AN OXFORD businessman who is locked in a planning dispute with the city council has accused officers of conducting a "witch-hunt".

Orde Levinson, who owns the Aqua Vitae restaurant at Folly Bridge, Abingdon Road, said the council was encouraging people to spy on him.

Mr Levinson is seeking a judicial review against the council after it served him with an enforcement notice, banning diners from using a pontoon moored outside the restaurant.

He has also been told to remove lighting and signs, for which the restaurant does not have planning permission. Last month the council wrote to residents, encouraging them to gather evidence against Mr Levinson.

The letter from enforcement officer Celia Diaz told householders that no action could be taken against Mr Levinson's use of the pontoon, without "justification".

It said: "As the council is unable to mount a continual surveillance, we would have to rely on evidence from local residents of annoyance." Mr Levinson said: "It's like a witch-hunt. They are stirring up ill feeling.

"I'm thinking about taking action against them under the Human Rights Act, to prevent them taking action against me.

"It has got to the stage where they are interfering with my privacy and right to peace and enjoyment."

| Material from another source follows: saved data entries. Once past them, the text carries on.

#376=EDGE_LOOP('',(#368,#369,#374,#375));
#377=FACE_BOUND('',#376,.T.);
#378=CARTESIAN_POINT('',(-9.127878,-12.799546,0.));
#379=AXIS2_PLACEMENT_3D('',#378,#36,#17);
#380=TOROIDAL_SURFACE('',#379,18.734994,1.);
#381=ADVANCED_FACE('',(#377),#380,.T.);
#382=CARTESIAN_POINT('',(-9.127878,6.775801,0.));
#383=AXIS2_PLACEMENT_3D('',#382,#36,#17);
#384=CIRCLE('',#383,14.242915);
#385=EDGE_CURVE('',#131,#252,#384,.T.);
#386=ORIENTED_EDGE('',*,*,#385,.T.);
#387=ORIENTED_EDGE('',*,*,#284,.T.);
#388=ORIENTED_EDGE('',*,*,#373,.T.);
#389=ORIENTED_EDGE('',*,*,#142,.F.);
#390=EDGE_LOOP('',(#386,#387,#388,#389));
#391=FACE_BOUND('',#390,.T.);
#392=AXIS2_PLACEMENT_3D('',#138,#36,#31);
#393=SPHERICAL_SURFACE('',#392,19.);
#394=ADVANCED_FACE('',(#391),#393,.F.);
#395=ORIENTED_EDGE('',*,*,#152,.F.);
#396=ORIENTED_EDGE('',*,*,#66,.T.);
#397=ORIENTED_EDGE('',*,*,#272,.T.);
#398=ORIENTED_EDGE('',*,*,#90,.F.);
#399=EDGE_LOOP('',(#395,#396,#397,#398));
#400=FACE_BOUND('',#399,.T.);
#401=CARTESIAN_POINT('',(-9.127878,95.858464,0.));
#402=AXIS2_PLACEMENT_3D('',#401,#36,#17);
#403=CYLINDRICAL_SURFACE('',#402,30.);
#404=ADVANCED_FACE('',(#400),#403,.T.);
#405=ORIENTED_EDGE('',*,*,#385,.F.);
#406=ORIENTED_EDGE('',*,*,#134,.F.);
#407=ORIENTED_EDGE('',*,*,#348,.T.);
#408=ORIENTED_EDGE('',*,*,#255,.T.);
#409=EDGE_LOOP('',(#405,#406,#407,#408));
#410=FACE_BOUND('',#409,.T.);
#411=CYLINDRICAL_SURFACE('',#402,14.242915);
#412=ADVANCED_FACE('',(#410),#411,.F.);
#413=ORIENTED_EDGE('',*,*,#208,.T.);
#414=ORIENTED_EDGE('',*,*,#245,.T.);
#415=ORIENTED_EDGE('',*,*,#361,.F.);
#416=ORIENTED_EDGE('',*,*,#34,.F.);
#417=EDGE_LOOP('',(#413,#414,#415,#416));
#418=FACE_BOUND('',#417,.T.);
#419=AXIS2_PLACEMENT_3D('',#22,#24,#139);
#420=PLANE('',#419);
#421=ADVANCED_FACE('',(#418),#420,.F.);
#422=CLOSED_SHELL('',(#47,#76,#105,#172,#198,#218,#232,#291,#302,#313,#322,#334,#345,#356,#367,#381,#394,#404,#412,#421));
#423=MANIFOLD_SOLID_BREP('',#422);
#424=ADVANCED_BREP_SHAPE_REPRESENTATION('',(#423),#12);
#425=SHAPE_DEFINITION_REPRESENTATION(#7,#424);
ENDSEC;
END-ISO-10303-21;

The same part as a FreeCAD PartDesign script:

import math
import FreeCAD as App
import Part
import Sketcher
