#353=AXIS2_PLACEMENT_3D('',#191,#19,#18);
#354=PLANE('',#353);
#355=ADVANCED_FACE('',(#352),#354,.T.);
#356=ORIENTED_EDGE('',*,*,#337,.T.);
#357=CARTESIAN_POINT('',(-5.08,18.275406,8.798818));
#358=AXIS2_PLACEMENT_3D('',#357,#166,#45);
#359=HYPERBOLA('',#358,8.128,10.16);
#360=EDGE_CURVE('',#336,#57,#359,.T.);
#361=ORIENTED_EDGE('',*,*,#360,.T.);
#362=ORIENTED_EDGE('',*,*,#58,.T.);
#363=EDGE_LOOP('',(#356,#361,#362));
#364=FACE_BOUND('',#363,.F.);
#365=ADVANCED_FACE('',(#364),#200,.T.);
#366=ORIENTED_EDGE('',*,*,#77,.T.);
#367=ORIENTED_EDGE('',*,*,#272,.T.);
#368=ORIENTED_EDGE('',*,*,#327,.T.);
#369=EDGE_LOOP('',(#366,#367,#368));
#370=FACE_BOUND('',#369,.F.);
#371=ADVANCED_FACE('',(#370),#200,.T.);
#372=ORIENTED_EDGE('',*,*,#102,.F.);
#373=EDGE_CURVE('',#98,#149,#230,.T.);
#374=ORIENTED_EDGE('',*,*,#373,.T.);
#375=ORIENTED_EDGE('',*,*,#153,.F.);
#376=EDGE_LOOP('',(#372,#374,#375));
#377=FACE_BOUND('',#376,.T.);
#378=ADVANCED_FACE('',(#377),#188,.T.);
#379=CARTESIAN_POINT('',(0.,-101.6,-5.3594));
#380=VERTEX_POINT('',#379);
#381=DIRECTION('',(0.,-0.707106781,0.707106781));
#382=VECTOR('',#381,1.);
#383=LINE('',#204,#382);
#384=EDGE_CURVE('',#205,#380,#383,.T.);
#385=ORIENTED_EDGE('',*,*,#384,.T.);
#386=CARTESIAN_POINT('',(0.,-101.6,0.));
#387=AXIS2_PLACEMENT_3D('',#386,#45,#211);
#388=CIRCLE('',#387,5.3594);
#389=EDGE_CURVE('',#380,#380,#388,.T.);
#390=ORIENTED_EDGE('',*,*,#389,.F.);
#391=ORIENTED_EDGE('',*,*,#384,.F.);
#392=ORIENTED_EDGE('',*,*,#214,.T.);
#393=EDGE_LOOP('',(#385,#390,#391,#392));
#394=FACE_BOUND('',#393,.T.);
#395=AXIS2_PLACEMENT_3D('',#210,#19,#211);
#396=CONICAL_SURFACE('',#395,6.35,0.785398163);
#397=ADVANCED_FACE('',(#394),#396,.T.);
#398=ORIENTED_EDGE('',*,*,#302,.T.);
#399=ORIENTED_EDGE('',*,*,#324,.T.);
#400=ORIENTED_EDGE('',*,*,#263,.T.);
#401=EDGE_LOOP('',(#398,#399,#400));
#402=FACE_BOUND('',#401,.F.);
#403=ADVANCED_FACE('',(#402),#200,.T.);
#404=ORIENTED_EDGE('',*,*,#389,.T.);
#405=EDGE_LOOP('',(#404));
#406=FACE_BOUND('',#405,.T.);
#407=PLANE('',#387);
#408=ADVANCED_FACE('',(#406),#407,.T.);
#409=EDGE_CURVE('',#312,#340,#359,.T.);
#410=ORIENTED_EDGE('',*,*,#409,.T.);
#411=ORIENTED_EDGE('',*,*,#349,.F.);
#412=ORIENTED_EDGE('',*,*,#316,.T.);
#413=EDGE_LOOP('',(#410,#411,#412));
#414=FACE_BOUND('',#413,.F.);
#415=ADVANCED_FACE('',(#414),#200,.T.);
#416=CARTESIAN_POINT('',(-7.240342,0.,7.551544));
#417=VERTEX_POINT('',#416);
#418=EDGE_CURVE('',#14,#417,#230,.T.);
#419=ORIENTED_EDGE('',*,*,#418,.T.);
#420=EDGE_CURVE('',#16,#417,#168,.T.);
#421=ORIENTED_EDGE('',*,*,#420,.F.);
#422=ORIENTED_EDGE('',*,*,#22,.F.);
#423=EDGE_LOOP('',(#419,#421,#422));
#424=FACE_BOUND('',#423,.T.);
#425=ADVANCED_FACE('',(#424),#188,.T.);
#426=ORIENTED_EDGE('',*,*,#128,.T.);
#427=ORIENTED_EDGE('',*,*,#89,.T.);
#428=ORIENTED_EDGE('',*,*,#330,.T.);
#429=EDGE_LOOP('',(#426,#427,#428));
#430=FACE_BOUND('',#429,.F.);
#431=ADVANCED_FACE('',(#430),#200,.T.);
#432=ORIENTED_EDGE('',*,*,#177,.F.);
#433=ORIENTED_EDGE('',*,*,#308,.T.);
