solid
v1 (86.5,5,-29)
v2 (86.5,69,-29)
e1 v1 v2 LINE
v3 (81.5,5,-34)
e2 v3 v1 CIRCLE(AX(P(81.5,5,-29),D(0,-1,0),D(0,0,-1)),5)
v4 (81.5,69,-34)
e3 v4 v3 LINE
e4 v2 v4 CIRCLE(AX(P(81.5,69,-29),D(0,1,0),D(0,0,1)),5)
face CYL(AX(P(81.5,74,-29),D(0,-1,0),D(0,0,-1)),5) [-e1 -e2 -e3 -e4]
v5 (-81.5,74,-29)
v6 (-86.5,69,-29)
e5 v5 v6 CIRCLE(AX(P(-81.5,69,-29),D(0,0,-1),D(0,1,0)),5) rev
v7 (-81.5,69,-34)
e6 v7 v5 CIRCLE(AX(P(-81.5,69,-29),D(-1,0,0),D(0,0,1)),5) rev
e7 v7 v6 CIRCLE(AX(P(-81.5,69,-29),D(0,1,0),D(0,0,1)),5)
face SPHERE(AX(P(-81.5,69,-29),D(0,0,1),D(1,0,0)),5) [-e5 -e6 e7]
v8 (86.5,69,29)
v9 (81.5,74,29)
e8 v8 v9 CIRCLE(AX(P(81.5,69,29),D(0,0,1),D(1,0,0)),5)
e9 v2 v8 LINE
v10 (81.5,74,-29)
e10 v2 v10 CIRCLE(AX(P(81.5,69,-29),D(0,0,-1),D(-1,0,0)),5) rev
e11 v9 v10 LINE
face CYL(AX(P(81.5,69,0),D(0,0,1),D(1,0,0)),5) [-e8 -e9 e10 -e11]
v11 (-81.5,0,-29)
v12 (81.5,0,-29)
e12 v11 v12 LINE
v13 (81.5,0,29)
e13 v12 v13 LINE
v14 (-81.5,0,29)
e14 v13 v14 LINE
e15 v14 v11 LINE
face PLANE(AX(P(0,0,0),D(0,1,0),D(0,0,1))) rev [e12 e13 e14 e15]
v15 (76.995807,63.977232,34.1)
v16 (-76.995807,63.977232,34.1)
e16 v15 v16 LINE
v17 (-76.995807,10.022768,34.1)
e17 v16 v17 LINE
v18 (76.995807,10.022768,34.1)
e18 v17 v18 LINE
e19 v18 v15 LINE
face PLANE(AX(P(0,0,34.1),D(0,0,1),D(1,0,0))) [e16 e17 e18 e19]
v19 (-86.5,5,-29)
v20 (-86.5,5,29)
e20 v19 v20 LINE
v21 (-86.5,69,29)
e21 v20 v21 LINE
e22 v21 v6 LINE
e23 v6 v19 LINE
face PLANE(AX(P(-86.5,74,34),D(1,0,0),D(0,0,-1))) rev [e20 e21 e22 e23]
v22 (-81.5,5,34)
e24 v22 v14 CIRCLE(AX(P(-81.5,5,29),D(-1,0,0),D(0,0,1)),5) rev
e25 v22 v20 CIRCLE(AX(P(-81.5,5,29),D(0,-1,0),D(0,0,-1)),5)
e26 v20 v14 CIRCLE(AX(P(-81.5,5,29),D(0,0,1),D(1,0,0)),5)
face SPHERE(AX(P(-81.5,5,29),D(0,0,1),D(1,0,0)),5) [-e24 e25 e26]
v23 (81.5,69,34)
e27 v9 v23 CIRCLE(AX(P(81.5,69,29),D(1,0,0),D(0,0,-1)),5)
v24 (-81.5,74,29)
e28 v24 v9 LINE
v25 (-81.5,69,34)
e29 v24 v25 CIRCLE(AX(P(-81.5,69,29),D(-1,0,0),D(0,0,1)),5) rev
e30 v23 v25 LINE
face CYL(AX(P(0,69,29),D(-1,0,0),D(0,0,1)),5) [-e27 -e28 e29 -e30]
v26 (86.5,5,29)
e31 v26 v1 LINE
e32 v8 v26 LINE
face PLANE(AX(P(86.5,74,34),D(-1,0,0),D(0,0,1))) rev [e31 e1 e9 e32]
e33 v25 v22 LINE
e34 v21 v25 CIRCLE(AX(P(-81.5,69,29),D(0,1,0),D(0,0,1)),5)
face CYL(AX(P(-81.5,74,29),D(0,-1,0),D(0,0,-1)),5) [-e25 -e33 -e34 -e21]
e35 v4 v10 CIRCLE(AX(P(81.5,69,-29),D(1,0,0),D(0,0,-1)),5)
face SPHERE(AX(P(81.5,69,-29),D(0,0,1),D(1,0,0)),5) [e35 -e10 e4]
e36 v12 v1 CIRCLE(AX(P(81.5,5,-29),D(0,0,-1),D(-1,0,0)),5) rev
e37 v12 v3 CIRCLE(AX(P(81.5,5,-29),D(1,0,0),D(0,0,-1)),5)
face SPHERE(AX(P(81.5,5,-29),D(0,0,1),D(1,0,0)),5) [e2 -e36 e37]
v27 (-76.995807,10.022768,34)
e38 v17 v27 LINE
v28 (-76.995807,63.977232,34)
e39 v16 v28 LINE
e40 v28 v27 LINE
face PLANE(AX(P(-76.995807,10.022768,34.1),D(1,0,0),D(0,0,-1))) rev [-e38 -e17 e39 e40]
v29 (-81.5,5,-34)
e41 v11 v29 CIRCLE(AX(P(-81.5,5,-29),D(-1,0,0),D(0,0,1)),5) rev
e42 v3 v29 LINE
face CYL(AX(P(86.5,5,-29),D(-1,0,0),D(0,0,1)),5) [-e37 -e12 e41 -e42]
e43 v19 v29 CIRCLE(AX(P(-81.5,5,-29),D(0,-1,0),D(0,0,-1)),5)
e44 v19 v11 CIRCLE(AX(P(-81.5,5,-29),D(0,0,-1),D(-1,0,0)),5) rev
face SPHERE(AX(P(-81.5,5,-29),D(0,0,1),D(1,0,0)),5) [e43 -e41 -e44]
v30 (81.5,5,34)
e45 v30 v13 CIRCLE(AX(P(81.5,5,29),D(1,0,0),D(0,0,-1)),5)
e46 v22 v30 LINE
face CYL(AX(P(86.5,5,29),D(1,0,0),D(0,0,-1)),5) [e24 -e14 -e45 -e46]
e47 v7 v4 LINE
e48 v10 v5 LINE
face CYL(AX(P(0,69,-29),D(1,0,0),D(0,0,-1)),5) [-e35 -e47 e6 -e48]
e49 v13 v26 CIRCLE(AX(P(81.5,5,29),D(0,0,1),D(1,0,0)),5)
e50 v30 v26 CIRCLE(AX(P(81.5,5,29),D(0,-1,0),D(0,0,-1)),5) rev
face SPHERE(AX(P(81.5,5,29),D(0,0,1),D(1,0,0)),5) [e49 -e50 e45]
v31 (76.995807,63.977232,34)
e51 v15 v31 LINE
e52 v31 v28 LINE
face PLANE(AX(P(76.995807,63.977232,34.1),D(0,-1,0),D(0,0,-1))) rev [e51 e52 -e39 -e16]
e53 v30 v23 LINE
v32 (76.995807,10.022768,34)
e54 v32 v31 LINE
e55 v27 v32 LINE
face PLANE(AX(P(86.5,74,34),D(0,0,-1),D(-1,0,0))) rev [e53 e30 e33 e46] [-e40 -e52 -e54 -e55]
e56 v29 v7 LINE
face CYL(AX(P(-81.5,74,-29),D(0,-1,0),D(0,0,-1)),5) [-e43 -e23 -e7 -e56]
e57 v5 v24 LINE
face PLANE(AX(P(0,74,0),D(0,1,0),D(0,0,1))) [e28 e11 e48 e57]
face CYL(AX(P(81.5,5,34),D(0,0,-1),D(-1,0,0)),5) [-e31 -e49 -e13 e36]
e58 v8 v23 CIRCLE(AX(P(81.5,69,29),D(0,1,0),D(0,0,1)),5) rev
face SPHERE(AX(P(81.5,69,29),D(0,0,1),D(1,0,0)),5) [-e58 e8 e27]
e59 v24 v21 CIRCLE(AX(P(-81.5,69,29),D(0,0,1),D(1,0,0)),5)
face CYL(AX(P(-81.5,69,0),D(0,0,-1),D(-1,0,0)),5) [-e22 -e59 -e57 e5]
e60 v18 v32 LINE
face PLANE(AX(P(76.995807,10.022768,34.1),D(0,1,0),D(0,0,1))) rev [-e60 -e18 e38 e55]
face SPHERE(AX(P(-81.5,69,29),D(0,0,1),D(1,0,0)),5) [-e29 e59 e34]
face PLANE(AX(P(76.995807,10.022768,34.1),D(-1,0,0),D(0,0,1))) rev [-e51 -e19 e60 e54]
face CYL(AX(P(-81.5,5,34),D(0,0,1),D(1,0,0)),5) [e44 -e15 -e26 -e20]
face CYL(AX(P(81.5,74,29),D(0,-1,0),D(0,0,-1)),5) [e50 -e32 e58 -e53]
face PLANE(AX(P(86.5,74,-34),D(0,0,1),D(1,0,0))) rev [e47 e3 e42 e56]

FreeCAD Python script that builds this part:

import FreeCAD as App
import Part
import Sketcher

doc = App.newDocument("Part")
params = doc.addObject("Spreadsheet::Sheet", "Params")
for row, (alias, value) in enumerate([
    ("sketch1_width", "173 mm"),
    ("sketch1_height", "68 mm"),
    ("pad1_length", "74 mm"),
    ("fillet_radius", "5 mm"),
    ("pad2_length", "0.1 mm"),
], start=1):
    params.set(f"A{row}", alias)
    params.set(f"B{row}", "=" + value)
    params.setAlias(f"B{row}", alias)

body = doc.addObject("PartDesign::Body", "Body")

sketch1 = body.newObject("Sketcher::SketchObject", "Sketch")
sketch1.AttachmentSupport = (doc.getObject("XZ_Plane"), [""])
sketch1.MapMode = "FlatFace"
sketch1.addGeometry([
    Part.LineSegment(App.Vector(-86, -34, 0), App.Vector(-86, 34, 0)),
    Part.LineSegment(App.Vector(-86, 34, 0), App.Vector(86, 34, 0)),
    Part.LineSegment(App.Vector(86, 34, 0), App.Vector(86, -34, 0)),
    Part.LineSegment(App.Vector(86, -34, 0), App.Vector(-86, -34, 0)),
], False)
sketch1.addConstraint([
    Sketcher.Constraint("Coincident", 0, 2, 1, 1),
    Sketcher.Constraint("Coincident", 1, 2, 2, 1),
    Sketcher.Constraint("Coincident", 2, 2, 3, 1),
    Sketcher.Constraint("Coincident", 3, 2, 0, 1),
    Sketcher.Constraint("Vertical", 0),
    Sketcher.Constraint("Horizontal", 1),
    Sketcher.Constraint("Vertical", 2),
    Sketcher.Constraint("Horizontal", 3),
    Sketcher.Constraint("Symmetric", 0, 2, 2, 2, -1, 1),
    Sketcher.Constraint("DistanceX", 1, 1, 1, 2, 173.0),
    Sketcher.Constraint("DistanceY", 0, 1, 0, 2, 68.0),
])
sketch1.setExpression("Constraints[9]", "Params.sketch1_width")
sketch1.setExpression("Constraints[10]", "Params.sketch1_height")
pad1 = body.newObject("PartDesign::Pad", "Pad")
pad1.Profile = sketch1
pad1.setExpression("Length", "Params.pad1_length")
pad1.Reversed = True
doc.recompute()

fillet = body.newObject("PartDesign::Fillet", "Fillet")
fillet.Base = (pad1, ["Edge1"])
fillet.UseAllEdges = True
fillet.setExpression("Radius", "Params.fillet_radius")

sketch2 = body.newObject("Sketcher::SketchObject", "Sketch001")
sketch2.AttachmentSupport = (doc.getObject("XY_Plane"), [""])
sketch2.MapMode = "FlatFace"
sketch2.AttachmentOffset = App.Placement(App.Vector(0, 0, 34), App.Rotation())
sketch2.addGeometry([
    Part.LineSegment(App.Vector(-77, 64, 0), App.Vector(-77, 10, 0)),
    Part.LineSegment(App.Vector(-77, 10, 0), App.Vector(77, 10, 0)),
    Part.LineSegment(App.Vector(77, 10, 0), App.Vector(77, 64, 0)),
    Part.LineSegment(App.Vector(77, 64, 0), App.Vector(-77, 64, 0)),
], False)
sketch2.addConstraint([
    Sketcher.Constraint("Coincident", 0, 2, 1, 1),
    Sketcher.Constraint("Coincident", 1, 2, 2, 1),
    Sketcher.Constraint("Coincident", 2, 2, 3, 1),
    Sketcher.Constraint("Coincident", 3, 2, 0, 1),
    Sketcher.Constraint("Vertical", 0),
    Sketcher.Constraint("Horizontal", 1),
    Sketcher.Constraint("Vertical", 2),
    Sketcher.Constraint("Horizontal", 3),
    Sketcher.Constraint("DistanceX", 1, 1, 1, 2, 153.991615),
    Sketcher.Constraint("DistanceY", 0, 2, 0, 1, 53.954464),
    Sketcher.Constraint("DistanceY", -1, 1, 0, 2, 10.022768),
    Sketcher.Constraint("DistanceX", 0, 2, -1, 1, 76.995807),
])
pad2 = body.newObject("PartDesign::Pad", "Pad001")
pad2.Profile = sketch2
pad2.setExpression("Length", "Params.pad2_length")

doc.recompute()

A planning appeal into the council's refusal to allow the large red restaurant signs on Abingdon Road will take place later this month.

But at a meeting of the city council's Central, South and West Area Committee meeting at Oxford Town Hall, on Tuesday, October 8, he urged councillors to wait for the outcome of the judicial review before proceeding.

He said: "I urge the committee to wait for the outcome of the courts."

City council planning officer Murray Hancock said: "We have been gathering information to put the council's case together, and that is on-going."

Resident Mervyn Curren, who lives in Shire Lake Close, objected to the restaurant's breach of planning restrictions.

He told Mr Levinson: "All we want to do is be a good neighbour. All we object to is you doing things without permission.

"We would like you to turn your lights off, and take your tables away from the pontoons."